If you go out in the woods today . . . be careful!

It seems there’s more to those ‘exploding game cameras’, found in Kentucky a while back, than initially met the eye.  GunsAmerica reports:

The ATF discovered nine IEDs — improvised explosive devices — in the Kentucky wilderness.

These IEDs were rigged up to game cameras across Harlan county. Three of the IEDs went off and injured passers-by but there may be more bombs yet to be found.

“Some of the trail cameras were found abandoned on paths in rural areas routinely accessed via the Dave Smith Drainage Area (Woodland Hills Subdivision, Harlan, KY) on the Little Black Mountain Spur in Harlan County,” said the ATF in an official statement. “These IEDs were designed to explode when a person inserted batteries into the trail camera.”

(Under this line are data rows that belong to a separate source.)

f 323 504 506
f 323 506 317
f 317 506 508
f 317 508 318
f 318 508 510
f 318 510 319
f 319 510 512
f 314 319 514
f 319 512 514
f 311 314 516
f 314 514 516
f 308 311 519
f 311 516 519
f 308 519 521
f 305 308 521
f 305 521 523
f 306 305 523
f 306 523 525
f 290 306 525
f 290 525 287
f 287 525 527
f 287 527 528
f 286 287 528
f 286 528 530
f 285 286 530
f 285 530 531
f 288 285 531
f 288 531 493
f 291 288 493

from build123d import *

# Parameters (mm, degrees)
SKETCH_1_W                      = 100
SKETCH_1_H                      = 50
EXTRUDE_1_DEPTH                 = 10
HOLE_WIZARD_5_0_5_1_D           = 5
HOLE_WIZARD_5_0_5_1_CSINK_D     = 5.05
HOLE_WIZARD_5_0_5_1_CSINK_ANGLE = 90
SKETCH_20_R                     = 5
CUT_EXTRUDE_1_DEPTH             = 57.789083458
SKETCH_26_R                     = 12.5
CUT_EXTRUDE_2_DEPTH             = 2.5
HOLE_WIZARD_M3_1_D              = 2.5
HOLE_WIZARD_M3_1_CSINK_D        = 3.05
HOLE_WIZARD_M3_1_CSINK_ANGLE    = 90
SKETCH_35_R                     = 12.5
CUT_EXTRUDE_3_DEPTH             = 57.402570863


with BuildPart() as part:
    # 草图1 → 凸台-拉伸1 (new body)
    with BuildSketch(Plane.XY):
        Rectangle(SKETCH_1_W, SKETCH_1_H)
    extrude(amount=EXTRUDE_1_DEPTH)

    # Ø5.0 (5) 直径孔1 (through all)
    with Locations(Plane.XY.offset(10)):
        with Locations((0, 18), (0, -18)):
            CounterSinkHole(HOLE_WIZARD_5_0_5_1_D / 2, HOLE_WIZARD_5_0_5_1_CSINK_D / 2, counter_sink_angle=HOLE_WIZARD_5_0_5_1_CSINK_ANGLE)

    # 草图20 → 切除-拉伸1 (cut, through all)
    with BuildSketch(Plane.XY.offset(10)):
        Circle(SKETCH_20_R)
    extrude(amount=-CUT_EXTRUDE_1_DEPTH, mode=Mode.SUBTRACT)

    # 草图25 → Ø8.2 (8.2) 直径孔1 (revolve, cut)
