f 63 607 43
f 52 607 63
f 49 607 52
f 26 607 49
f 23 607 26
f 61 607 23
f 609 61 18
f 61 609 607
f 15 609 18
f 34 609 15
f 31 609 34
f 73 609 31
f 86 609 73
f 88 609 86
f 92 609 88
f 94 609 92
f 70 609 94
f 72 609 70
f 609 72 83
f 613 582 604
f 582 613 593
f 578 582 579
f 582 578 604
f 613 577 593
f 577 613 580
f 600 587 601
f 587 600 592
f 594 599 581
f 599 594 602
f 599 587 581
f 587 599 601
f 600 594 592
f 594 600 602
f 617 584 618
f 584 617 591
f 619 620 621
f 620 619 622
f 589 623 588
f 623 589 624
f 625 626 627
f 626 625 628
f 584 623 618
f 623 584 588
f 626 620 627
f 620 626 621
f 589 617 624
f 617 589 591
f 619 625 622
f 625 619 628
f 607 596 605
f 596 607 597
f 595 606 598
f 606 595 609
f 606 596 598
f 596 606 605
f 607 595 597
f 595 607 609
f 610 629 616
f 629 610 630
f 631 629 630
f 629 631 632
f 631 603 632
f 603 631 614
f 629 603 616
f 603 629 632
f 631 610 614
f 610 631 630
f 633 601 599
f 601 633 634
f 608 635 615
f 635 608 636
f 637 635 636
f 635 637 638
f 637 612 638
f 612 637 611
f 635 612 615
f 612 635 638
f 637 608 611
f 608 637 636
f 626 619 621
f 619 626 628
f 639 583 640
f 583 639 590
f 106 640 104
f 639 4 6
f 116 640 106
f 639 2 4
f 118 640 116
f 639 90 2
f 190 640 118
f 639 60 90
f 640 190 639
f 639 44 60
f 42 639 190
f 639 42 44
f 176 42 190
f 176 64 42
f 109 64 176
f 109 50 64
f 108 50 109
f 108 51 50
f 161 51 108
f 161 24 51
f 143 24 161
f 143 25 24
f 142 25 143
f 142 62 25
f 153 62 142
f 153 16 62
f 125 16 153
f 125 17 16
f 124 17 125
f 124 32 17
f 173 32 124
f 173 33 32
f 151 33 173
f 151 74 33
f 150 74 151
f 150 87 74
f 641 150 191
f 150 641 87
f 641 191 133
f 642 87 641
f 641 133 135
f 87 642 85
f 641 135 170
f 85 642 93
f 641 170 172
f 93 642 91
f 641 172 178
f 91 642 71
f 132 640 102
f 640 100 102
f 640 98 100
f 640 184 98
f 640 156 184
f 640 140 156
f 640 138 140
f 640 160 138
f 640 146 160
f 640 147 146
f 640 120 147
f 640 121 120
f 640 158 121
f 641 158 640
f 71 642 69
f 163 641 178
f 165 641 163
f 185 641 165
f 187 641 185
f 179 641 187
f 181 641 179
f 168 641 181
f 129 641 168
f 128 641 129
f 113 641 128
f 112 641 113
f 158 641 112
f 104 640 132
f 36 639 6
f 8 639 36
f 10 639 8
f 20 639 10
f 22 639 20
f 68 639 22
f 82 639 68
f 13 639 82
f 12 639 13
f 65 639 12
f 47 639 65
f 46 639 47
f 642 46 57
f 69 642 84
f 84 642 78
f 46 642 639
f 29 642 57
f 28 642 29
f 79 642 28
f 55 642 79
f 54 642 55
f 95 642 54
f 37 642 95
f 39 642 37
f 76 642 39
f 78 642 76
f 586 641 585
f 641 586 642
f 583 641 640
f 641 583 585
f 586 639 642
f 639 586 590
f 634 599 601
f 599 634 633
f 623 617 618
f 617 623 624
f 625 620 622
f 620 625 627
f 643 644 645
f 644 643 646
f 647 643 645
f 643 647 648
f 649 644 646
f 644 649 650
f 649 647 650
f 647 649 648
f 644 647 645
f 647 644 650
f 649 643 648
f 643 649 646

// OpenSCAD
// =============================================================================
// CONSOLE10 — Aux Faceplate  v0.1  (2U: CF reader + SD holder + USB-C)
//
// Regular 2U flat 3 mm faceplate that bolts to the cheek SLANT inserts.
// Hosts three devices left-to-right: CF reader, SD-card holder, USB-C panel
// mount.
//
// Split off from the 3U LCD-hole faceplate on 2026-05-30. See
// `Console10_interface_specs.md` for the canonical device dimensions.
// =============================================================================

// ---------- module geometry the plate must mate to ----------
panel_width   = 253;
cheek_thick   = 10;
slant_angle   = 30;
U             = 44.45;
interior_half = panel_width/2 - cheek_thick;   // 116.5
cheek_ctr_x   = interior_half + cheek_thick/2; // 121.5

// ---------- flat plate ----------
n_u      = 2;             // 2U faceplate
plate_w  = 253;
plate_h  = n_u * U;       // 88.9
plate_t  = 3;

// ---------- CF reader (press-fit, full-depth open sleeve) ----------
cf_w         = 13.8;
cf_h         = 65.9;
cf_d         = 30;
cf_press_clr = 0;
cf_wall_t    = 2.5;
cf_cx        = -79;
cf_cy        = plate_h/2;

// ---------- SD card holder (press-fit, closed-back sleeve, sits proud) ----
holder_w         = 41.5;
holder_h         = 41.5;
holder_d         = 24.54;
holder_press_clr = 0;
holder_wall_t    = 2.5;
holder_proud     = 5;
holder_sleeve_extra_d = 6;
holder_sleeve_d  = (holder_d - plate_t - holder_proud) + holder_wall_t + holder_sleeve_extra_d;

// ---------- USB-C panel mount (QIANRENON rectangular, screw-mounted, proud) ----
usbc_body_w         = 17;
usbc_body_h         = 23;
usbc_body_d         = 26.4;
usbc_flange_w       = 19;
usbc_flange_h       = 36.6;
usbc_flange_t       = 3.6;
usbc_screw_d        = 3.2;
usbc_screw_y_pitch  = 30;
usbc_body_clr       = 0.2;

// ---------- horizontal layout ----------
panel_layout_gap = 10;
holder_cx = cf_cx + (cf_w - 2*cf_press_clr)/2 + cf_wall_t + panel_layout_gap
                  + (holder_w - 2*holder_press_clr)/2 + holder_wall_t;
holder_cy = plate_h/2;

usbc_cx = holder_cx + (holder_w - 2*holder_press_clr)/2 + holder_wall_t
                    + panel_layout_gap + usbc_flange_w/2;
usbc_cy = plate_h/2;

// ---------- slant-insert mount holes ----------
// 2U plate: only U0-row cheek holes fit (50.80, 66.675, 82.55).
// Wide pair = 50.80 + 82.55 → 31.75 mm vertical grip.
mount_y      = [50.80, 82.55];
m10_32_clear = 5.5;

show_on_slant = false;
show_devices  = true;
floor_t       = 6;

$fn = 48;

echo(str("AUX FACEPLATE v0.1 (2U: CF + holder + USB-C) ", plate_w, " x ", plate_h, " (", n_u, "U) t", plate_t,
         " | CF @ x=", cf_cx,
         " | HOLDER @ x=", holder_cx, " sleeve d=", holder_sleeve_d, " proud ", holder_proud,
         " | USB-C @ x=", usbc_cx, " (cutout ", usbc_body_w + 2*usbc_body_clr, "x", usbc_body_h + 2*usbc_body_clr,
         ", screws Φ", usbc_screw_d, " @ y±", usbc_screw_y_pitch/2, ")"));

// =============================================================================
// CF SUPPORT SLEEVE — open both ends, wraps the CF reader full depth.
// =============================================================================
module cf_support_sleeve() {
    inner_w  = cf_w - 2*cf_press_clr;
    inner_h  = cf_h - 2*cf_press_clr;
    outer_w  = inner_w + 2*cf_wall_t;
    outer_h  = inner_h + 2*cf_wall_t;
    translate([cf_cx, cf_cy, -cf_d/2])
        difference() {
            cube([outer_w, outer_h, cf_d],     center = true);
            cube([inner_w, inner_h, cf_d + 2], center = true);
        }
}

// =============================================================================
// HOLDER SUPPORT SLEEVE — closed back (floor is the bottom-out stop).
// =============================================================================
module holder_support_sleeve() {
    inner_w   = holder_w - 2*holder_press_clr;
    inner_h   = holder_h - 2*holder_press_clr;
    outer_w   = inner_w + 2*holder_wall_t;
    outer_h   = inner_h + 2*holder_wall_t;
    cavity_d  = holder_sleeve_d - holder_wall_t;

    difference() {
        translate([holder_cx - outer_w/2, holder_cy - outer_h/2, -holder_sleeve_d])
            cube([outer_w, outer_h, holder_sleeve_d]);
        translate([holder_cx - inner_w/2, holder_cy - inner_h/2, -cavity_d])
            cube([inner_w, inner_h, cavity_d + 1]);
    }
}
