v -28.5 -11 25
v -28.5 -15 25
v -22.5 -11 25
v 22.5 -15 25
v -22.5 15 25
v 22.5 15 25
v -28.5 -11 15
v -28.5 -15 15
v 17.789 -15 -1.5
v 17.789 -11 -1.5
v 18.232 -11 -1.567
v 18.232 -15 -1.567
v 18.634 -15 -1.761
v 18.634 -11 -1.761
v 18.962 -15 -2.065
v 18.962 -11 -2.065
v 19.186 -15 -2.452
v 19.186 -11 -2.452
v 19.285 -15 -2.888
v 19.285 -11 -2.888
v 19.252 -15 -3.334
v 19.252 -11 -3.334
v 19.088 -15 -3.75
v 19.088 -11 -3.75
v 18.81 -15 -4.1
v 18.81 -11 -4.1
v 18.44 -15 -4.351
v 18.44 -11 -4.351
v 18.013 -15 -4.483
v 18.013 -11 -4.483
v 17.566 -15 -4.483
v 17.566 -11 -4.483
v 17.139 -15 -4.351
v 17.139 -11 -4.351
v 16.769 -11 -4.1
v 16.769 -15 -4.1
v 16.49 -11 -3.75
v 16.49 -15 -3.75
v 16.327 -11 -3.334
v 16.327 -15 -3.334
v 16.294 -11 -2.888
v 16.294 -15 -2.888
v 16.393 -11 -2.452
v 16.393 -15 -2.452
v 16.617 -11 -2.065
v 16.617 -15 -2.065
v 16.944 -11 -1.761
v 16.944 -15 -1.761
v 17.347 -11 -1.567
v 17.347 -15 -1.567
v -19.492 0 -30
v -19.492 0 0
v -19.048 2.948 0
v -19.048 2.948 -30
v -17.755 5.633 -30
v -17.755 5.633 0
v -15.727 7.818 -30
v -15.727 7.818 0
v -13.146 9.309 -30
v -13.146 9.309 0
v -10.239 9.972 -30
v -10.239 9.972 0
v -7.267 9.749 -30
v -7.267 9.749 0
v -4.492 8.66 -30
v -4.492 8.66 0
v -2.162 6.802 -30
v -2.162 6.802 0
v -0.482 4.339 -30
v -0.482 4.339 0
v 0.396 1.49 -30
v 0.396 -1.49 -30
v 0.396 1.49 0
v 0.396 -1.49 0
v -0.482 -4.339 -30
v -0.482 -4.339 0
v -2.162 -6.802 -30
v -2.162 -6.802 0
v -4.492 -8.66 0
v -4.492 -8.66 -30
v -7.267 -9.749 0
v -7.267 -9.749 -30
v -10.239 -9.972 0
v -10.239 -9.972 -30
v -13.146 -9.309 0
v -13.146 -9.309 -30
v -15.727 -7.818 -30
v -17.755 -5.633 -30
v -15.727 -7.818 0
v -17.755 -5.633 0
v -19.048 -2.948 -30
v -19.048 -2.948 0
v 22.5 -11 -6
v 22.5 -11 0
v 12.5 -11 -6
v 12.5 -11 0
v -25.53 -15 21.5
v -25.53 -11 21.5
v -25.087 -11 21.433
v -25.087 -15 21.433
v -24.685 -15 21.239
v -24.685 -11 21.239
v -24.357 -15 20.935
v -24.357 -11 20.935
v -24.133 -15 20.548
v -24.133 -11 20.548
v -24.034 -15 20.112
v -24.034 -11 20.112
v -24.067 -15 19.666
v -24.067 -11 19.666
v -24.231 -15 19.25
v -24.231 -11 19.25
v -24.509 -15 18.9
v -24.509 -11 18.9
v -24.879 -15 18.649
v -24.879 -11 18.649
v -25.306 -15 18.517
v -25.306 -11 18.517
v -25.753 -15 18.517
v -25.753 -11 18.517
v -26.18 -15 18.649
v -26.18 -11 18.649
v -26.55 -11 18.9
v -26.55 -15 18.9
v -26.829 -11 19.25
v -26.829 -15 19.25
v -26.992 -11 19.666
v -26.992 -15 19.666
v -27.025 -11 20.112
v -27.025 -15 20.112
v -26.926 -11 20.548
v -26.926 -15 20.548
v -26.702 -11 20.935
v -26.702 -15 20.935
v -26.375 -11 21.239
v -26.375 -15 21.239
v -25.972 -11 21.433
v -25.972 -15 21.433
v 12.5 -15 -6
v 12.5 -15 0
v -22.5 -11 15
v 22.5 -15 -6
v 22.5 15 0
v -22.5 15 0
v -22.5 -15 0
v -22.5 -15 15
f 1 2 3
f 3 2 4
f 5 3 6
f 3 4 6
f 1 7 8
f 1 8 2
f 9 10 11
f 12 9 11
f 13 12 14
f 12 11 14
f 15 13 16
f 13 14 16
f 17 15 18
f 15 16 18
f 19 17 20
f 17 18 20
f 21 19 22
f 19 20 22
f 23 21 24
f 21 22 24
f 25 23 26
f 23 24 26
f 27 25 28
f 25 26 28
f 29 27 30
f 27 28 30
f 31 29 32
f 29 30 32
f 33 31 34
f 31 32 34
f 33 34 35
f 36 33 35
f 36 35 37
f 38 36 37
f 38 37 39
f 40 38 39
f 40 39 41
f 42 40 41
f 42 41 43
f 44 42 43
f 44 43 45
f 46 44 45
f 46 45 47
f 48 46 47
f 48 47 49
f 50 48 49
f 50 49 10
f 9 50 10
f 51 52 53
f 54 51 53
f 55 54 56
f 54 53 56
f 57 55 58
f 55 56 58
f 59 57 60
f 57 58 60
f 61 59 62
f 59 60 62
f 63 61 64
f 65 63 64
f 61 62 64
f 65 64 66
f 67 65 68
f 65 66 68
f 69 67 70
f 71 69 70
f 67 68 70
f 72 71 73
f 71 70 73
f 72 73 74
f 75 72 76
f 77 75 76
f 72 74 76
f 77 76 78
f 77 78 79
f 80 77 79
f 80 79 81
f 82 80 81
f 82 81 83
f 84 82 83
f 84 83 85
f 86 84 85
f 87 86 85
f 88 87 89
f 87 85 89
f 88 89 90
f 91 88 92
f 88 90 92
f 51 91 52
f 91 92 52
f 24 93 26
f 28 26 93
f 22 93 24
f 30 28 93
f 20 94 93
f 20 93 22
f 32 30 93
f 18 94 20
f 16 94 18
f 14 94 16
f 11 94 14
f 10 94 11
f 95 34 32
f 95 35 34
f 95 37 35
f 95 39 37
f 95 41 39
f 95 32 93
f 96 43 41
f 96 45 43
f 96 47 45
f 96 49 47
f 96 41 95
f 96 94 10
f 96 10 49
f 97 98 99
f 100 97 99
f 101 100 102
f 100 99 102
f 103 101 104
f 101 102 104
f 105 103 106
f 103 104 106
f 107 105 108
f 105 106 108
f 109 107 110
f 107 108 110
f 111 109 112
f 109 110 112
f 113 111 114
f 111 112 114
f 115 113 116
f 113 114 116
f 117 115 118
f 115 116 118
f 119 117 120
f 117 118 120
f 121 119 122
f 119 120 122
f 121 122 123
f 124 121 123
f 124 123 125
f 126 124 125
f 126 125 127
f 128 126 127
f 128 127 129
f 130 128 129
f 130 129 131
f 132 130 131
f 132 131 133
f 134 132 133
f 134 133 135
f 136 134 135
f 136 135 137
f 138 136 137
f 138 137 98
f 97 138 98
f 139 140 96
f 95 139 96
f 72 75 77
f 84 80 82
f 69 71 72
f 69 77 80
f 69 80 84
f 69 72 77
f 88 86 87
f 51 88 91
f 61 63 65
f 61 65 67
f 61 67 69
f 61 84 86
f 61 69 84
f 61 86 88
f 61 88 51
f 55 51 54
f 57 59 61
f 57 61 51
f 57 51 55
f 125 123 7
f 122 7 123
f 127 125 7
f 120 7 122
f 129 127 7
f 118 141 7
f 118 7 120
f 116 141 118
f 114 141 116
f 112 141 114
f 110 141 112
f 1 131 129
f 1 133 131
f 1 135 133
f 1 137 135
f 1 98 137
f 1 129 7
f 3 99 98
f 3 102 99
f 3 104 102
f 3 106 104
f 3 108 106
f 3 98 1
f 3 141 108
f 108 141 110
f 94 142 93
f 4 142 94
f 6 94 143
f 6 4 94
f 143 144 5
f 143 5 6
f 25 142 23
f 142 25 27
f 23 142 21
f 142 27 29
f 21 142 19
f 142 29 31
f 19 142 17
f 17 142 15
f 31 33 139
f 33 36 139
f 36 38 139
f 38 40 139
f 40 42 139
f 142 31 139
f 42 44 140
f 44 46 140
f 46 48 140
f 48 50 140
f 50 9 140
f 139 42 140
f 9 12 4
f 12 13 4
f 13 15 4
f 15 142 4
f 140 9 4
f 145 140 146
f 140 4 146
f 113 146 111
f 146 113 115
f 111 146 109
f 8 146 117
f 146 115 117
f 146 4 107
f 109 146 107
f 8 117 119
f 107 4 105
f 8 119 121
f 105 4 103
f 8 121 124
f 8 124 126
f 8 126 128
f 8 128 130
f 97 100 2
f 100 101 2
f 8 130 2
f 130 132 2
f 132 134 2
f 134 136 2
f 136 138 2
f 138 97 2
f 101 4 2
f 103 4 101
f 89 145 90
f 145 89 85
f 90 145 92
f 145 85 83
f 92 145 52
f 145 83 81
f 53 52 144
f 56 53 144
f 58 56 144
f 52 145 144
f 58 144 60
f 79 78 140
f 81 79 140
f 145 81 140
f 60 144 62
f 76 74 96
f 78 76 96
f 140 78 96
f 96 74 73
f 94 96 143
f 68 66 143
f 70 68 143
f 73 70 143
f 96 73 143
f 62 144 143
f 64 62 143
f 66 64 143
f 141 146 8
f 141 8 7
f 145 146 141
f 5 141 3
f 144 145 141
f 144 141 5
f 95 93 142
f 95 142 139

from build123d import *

# Parameters (mm, degrees)
ESQUISSE1_W             = 45
ESQUISSE1_H             = 30
BOSS_EXTRU_1_DEPTH      = 25
ESQUISSE2_R             = 10
BOSS_EXTRU_2_DEPTH      = 30
ESQUISSE3_W             = 10
ESQUISSE3_H             = 4
BOSS_EXTRU_3_DEPTH      = 6
ESQUISSE4_R             = 1.5
ENL_V_MAT_EXTRU_1_DEPTH = 6
ESQUISSE6_W             = 10
ESQUISSE6_H             = 4
BOSS_EXTRU_4_DEPTH      = 6
ESQUISSE7_R             = 1.5
ENL_V_MAT_EXTRU_2_DEPTH = 6


with BuildPart() as part:
    # Esquisse1 → Boss.-Extru.1 (new body)
    with BuildSketch(Plane.XY):
        Rectangle(ESQUISSE1_W, ESQUISSE1_H)
    extrude(amount=BOSS_EXTRU_1_DEPTH)

    # Esquisse2 → Boss.-Extru.2 (add)
    with BuildSketch(Plane(origin=(0, 0, 0), x_dir=(-1, 0, 0), z_dir=(0, 0, -1))):
        with Locations((9.492124495, 0)):
            Circle(ESQUISSE2_R)
    extrude(amount=BOSS_EXTRU_2_DEPTH)

    # Esquisse3 → Boss.-Extru.3 (add)
    with BuildSketch(Plane.ZY.offset(22.5)):
        with Locations((20, -13)):
            Rectangle(ESQUISSE3_W, ESQUISSE3_H)
    extrude(amount=BOSS_EXTRU_3_DEPTH)

    # Esquisse4 → Enlèv. mat.-Extru.1 (cut)
    with BuildSketch(Plane(origin=(0, -11, 0), x_dir=(1, 0, 0), z_dir=(0, 1, 0))):
        with Locations(Location((-25.529560032, -20, 0), (0, 0, 270))):
            Circle(ESQUISSE4_R)
    extrude(amount=-ENL_V_MAT_EXTRU_1_DEPTH, mode=Mode.SUBTRACT)

    # Esquisse6 → Boss.-Extru.4 (add)
    with BuildSketch(Plane(origin=(0, 0, 0), x_dir=(-1, 0, 0), z_dir=(0, 0, -1))):
        with Locations((-17.5, -13)):
            Rectangle(ESQUISSE6_W, ESQUISSE6_H)
    extrude(amount=BOSS_EXTRU_4_DEPTH)

    # Esquisse7 → Enlèv. mat.-Extru.2 (cut)
    with BuildSketch(Plane(origin=(0, -11, 0), x_dir=(1, 0, 0), z_dir=(0, 1, 0))):
        with Locations(Location((17.789413963, 3, 0), (0, 0, 270))):
            Circle(ESQUISSE7_R)
    extrude(amount=-ENL_V_MAT_EXTRU_2_DEPTH, mode=Mode.SUBTRACT)


solid = part.part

Not all of the bombs were built into trail cams. “Other IEDs were designed to be detonated by a tripwire leading to the trail cameras,” added the ATF. “In some instances, containers such as milk jugs, protein powder containers, or paint cans were placed nearby the explosive device. In addition, there is information that a tree stand had been placed in the woods with an explosive device attached.”

. . .

This announcement is related to the investigation and arrest of Mark Sawaf earlier this summer. Investigators found many explosives and bomb-related materials in Sawaf’s home.

Sawaf was killed in custody after attempting to take an officer’s pistol according to the U.S. Attorney’s office. Charges have not been filed against the officer involved.

There’s more at the link.

We don’t know anything about Sawaf’s origins, religious beliefs (if any), criminal history, or anything else;  but he obviously went to a great deal of trouble in setting up these IED’s.  It looks as if they were deliberately designed to be tempting to passersby, so that they’d take them home with them and try to put them in working order – only to explode in their faces.  Others may have been set to protect something nearby (perhaps a marijuana plantation?), or alert other persons nearby when they exploded.

If one man can do this, others can too.  It might be encountered anywhere, not just in Kentucky.  If you find something anywhere out in Mother Nature’s realm that’s obviously been left there by someone, you might want to keep that in mind.  I certainly shall!



  1. IED's aren't that hare to create, if one should choose to do so.

    The triggers are not that difficult. Making decent, stable boomstuff is't that hard, either.

    What he has done is evil, however.

  2. Harlan county has long been known as a place to not mess around with what's not yours, or in places you don't belong. I can't speculate on Mr. Sawaf's motives; they might be only what he said. That's considerable overkill for damaged game cams, but some folks who seem normal aren't quite rational.
    He died only about 3 weeks ago. That doesn't sound like an unreasonable time for an improvised device to be effective; perhaps they're some he planted. UW-trained people could speak with more authority on that subject.
    B is right. Hell, I got a U.S. Army Improvised Munitions Manual when I was 12; long before the intarwebs, but not too hard to find in the mid-70s. Nothing in there is beyond the reach of a person of average intelligence, that being the idea behind the manual.